Statistically significant positive correlations are reported for the abundance of hepatic drug-metabolising enzymes. We investigate, as an example, the impact of CYP3A4-CYP2C8 inter-correlation on the predicted inter-individual variabilities of clearance and drug-drug interactions (DDIs) for repaglinide using physiologically-based pharmacokinetic (PBPK) modelling.
PBPK modelling and simulation was employed using Simcyp Simulator (v15.1). Virtual populations were generated assuming inter-correlations between hepatic CYP3A4-CYP2C8 abundances derived from observed values in 24 human livers. A repaglinide PBPK model was used to predict pharmacokinetic parameters in presence and absence of gemfibrozil in virtual populations, and the results were compared with a clinical DDI study.
Coefficient of variation (CV) of oral clearance was 52.5% in the absence of inter-correlation between CYP3A4-CYP2C8 abundances which increased to 54.2% when incorporating inter-correlation. In contrast, CV for predicted DDI (as measured by AUC ratio before and after inhibition) was reduced from 46.0% in the absence of inter-correlation between enzymes to 43.8% when incorporating inter-correlation: these CVs were associated with 5th/95th percentiles (2.48−11.29 vs. 2.49−9.69). The range of predicted DDI was larger in the absence of inter-correlation (1.55−77.06) than when incorporating inter-correlation (1.79−25.15), which was closer to clinical observations (2.6−12).

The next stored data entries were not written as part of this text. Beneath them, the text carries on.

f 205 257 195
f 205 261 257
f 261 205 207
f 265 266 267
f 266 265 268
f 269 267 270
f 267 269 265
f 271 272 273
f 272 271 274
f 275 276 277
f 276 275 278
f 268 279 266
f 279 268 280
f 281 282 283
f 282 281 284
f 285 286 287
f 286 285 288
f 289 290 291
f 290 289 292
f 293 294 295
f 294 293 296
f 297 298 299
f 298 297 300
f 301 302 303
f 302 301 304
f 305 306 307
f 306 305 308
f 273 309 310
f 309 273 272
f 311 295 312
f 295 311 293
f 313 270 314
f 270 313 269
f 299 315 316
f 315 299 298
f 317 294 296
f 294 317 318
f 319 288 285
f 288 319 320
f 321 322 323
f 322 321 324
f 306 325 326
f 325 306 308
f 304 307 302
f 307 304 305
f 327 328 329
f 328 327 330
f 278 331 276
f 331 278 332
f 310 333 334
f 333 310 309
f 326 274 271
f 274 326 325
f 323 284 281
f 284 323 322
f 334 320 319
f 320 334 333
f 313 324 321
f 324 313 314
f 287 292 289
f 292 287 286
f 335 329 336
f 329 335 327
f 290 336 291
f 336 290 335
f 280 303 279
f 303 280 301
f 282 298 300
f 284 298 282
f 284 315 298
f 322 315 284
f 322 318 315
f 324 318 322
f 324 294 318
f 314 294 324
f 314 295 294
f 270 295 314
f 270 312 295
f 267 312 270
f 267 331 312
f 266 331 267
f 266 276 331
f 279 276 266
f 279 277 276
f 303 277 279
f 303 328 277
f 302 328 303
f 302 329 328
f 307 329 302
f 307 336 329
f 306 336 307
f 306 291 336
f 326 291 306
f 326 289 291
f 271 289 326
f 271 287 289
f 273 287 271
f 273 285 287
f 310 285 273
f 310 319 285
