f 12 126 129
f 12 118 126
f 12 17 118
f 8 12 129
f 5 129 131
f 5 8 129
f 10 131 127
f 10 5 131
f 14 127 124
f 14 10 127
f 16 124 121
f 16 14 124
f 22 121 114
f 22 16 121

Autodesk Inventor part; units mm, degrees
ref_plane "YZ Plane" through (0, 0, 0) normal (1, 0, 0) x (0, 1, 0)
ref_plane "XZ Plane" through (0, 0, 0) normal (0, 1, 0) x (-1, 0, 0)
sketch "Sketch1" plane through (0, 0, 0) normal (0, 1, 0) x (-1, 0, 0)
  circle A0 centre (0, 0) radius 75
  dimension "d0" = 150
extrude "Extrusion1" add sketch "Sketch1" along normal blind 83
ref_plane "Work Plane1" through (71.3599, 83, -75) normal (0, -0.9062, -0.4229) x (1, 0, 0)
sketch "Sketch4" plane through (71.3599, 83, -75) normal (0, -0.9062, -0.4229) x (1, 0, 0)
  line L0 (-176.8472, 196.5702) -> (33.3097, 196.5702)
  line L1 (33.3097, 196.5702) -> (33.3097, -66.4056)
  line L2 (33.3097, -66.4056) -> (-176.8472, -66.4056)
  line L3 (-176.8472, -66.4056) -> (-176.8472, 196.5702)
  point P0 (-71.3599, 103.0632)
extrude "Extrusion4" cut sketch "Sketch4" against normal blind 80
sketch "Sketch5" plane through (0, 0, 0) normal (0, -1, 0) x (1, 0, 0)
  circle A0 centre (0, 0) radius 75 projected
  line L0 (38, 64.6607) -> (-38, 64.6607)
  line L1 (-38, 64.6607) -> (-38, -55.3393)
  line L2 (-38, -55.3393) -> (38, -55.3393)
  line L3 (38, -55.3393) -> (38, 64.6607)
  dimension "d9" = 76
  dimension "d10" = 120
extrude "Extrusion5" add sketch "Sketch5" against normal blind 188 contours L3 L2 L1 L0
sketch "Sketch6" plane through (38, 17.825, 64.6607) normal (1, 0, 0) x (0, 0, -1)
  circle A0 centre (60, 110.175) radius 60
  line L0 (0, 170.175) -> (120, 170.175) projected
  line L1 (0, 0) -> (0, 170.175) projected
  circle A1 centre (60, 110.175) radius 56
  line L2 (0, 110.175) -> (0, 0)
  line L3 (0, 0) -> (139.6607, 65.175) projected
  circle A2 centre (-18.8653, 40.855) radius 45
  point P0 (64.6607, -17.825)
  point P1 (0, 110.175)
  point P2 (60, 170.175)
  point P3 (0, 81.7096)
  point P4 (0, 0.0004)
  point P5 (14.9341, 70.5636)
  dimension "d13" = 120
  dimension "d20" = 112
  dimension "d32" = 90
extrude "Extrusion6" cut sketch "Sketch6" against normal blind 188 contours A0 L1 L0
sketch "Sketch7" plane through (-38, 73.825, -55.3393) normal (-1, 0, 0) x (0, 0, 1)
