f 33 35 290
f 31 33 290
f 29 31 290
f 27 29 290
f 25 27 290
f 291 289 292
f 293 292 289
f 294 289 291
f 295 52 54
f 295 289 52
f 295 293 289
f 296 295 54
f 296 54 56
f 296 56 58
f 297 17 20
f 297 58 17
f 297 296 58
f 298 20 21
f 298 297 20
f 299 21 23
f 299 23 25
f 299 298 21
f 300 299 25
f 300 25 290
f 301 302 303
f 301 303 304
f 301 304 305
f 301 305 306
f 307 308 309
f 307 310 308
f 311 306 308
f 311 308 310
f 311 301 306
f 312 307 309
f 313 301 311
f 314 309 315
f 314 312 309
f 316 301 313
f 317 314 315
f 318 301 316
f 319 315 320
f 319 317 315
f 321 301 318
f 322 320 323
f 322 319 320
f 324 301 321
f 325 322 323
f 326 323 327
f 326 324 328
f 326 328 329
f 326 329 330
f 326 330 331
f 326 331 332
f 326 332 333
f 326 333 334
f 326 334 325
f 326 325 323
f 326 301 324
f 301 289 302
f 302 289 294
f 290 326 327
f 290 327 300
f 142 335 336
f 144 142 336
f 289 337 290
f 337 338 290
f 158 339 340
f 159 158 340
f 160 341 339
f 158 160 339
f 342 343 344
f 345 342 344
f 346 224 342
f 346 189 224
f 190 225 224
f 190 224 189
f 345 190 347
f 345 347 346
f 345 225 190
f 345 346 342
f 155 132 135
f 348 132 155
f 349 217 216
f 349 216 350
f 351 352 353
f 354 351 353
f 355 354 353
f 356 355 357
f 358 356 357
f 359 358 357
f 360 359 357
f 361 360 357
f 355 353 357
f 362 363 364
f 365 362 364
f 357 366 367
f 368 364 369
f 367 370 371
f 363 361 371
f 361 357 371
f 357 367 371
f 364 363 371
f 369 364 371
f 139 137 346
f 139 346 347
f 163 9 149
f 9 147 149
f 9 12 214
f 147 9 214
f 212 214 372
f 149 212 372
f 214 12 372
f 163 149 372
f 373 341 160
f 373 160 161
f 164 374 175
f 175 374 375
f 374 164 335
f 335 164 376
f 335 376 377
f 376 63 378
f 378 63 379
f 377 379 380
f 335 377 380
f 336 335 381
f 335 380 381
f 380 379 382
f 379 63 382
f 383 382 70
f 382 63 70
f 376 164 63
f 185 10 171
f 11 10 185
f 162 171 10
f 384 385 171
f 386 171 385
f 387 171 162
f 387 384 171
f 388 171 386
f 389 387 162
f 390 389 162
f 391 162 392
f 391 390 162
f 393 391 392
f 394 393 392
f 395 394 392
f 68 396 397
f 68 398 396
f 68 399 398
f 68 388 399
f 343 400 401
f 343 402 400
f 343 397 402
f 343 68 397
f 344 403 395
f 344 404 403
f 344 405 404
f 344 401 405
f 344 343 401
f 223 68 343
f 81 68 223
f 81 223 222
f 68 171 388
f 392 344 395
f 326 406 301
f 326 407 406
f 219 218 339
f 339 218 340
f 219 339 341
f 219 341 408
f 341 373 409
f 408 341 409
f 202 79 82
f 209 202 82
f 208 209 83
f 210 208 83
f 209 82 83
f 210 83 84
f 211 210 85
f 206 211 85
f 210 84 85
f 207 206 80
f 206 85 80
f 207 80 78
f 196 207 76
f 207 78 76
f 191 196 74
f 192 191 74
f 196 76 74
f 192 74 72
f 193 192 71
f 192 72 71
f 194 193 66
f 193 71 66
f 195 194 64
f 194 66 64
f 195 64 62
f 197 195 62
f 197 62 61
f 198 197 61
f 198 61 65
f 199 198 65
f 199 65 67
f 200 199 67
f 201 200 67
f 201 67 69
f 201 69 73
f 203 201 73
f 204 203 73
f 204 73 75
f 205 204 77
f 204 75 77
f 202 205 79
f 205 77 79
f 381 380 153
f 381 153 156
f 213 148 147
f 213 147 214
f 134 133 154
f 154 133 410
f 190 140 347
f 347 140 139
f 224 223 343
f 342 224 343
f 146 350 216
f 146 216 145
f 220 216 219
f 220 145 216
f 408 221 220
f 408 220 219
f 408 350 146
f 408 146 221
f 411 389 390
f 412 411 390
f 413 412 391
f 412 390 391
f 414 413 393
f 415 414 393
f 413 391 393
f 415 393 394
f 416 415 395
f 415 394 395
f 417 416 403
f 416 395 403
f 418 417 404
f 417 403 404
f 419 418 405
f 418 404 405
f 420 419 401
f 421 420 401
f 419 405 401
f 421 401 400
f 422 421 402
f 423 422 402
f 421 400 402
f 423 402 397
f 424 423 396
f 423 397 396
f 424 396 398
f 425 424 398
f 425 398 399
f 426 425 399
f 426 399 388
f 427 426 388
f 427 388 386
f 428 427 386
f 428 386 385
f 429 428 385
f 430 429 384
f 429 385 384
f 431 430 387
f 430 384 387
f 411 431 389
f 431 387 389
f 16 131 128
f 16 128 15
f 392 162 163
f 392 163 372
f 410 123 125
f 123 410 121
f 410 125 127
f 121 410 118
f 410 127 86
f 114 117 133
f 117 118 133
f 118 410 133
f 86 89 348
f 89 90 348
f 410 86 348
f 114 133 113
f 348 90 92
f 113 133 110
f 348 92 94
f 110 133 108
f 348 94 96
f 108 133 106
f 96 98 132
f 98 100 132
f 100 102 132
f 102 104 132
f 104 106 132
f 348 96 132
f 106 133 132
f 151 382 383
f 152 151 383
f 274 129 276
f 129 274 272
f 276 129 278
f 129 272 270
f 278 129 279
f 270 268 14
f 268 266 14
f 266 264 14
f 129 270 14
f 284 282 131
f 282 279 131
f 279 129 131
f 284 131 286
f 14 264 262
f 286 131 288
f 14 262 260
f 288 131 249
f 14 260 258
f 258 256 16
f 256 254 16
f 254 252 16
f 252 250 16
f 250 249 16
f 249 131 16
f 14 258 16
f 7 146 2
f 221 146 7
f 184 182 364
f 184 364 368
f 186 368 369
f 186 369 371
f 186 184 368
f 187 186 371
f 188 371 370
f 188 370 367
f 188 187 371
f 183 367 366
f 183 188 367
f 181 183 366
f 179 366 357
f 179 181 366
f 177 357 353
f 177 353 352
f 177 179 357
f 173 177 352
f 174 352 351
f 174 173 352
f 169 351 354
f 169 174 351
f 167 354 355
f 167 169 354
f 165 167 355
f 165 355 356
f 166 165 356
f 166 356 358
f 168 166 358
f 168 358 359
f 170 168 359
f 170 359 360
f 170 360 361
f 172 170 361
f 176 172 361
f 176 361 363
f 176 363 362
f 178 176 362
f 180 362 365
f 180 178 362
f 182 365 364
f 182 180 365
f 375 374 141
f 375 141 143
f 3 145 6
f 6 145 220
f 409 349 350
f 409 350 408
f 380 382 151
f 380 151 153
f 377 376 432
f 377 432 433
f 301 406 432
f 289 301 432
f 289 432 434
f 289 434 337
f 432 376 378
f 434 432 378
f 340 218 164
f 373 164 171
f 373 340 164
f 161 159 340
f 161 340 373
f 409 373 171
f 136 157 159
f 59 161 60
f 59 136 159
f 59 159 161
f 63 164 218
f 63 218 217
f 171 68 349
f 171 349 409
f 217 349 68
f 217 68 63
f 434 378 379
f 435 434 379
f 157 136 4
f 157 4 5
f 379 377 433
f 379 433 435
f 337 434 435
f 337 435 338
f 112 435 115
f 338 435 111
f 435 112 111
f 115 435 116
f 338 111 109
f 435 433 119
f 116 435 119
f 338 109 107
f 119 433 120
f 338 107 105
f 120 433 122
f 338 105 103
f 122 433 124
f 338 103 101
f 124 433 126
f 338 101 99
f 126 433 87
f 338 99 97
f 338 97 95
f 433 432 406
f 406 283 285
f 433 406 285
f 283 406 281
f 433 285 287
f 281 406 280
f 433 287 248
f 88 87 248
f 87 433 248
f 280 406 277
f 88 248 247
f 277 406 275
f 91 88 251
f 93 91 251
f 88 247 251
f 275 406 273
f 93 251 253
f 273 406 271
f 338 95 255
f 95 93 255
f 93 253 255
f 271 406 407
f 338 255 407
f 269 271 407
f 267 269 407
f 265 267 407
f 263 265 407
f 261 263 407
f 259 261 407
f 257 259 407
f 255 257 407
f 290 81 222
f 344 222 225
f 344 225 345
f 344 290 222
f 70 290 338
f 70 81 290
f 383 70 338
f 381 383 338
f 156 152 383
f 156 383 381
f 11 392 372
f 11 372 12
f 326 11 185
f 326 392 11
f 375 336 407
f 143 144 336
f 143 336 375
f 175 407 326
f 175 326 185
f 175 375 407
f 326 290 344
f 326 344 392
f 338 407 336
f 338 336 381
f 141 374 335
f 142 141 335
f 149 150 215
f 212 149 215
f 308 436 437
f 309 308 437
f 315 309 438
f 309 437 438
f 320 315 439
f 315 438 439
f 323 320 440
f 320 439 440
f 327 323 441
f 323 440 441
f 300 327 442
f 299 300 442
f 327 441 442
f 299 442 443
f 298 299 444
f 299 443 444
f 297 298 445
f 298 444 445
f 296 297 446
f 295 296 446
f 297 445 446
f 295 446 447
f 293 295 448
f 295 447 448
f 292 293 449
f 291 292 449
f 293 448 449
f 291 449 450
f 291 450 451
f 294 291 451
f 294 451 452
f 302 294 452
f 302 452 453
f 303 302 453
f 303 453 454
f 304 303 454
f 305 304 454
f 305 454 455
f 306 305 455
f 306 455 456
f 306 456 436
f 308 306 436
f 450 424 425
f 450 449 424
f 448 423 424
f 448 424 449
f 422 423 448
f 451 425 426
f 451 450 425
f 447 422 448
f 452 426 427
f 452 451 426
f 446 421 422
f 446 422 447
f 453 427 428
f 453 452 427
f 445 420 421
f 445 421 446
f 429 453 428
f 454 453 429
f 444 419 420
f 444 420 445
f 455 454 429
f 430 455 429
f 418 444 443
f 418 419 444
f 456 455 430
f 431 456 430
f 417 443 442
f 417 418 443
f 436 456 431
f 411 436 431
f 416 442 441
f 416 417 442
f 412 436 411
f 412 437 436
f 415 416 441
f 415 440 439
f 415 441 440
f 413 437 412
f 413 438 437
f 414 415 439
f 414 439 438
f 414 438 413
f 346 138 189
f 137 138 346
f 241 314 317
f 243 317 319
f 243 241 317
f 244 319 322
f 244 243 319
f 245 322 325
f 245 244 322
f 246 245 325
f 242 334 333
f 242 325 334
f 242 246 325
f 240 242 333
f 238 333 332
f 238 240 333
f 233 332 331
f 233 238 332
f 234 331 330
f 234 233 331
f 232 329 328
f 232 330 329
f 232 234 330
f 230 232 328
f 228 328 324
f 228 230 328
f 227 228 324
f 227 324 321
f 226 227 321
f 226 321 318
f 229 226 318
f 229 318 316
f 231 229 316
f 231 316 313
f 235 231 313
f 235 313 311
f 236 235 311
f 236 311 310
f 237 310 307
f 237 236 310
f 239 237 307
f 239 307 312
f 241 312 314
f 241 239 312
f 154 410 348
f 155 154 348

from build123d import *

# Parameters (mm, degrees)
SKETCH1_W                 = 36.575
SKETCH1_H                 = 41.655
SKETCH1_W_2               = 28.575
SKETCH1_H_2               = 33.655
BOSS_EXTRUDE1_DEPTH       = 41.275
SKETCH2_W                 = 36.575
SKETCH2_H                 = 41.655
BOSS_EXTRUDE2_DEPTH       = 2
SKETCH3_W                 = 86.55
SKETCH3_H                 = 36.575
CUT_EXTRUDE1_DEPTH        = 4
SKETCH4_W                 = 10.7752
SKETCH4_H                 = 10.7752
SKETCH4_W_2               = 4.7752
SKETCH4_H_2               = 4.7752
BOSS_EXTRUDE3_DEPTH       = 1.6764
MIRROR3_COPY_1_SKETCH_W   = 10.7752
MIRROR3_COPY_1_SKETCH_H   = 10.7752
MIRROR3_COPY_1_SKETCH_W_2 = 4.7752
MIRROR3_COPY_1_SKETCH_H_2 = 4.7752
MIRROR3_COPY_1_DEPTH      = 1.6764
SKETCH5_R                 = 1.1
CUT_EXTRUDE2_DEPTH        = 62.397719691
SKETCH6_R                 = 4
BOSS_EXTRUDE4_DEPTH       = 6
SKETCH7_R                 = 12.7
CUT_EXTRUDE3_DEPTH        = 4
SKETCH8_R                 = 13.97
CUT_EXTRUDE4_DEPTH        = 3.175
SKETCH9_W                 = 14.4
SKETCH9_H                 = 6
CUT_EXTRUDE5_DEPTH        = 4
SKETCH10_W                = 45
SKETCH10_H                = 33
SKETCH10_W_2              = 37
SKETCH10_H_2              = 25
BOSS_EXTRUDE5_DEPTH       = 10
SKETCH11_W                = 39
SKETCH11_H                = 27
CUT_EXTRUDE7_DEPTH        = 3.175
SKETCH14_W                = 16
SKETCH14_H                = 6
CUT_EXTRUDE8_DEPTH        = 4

The present study demonstrates via a systematic investigation that population-based PBPK modelling incorporating inter-correlation led to more consistent estimation of extreme values with those observed in inter-individual variabilities of clearance and DDI. As the inter-correlations more realistically reflect enzyme abundances, virtual population studies involving PBPK and DDI should avoid using Monte Carlo assignment of enzyme abundance.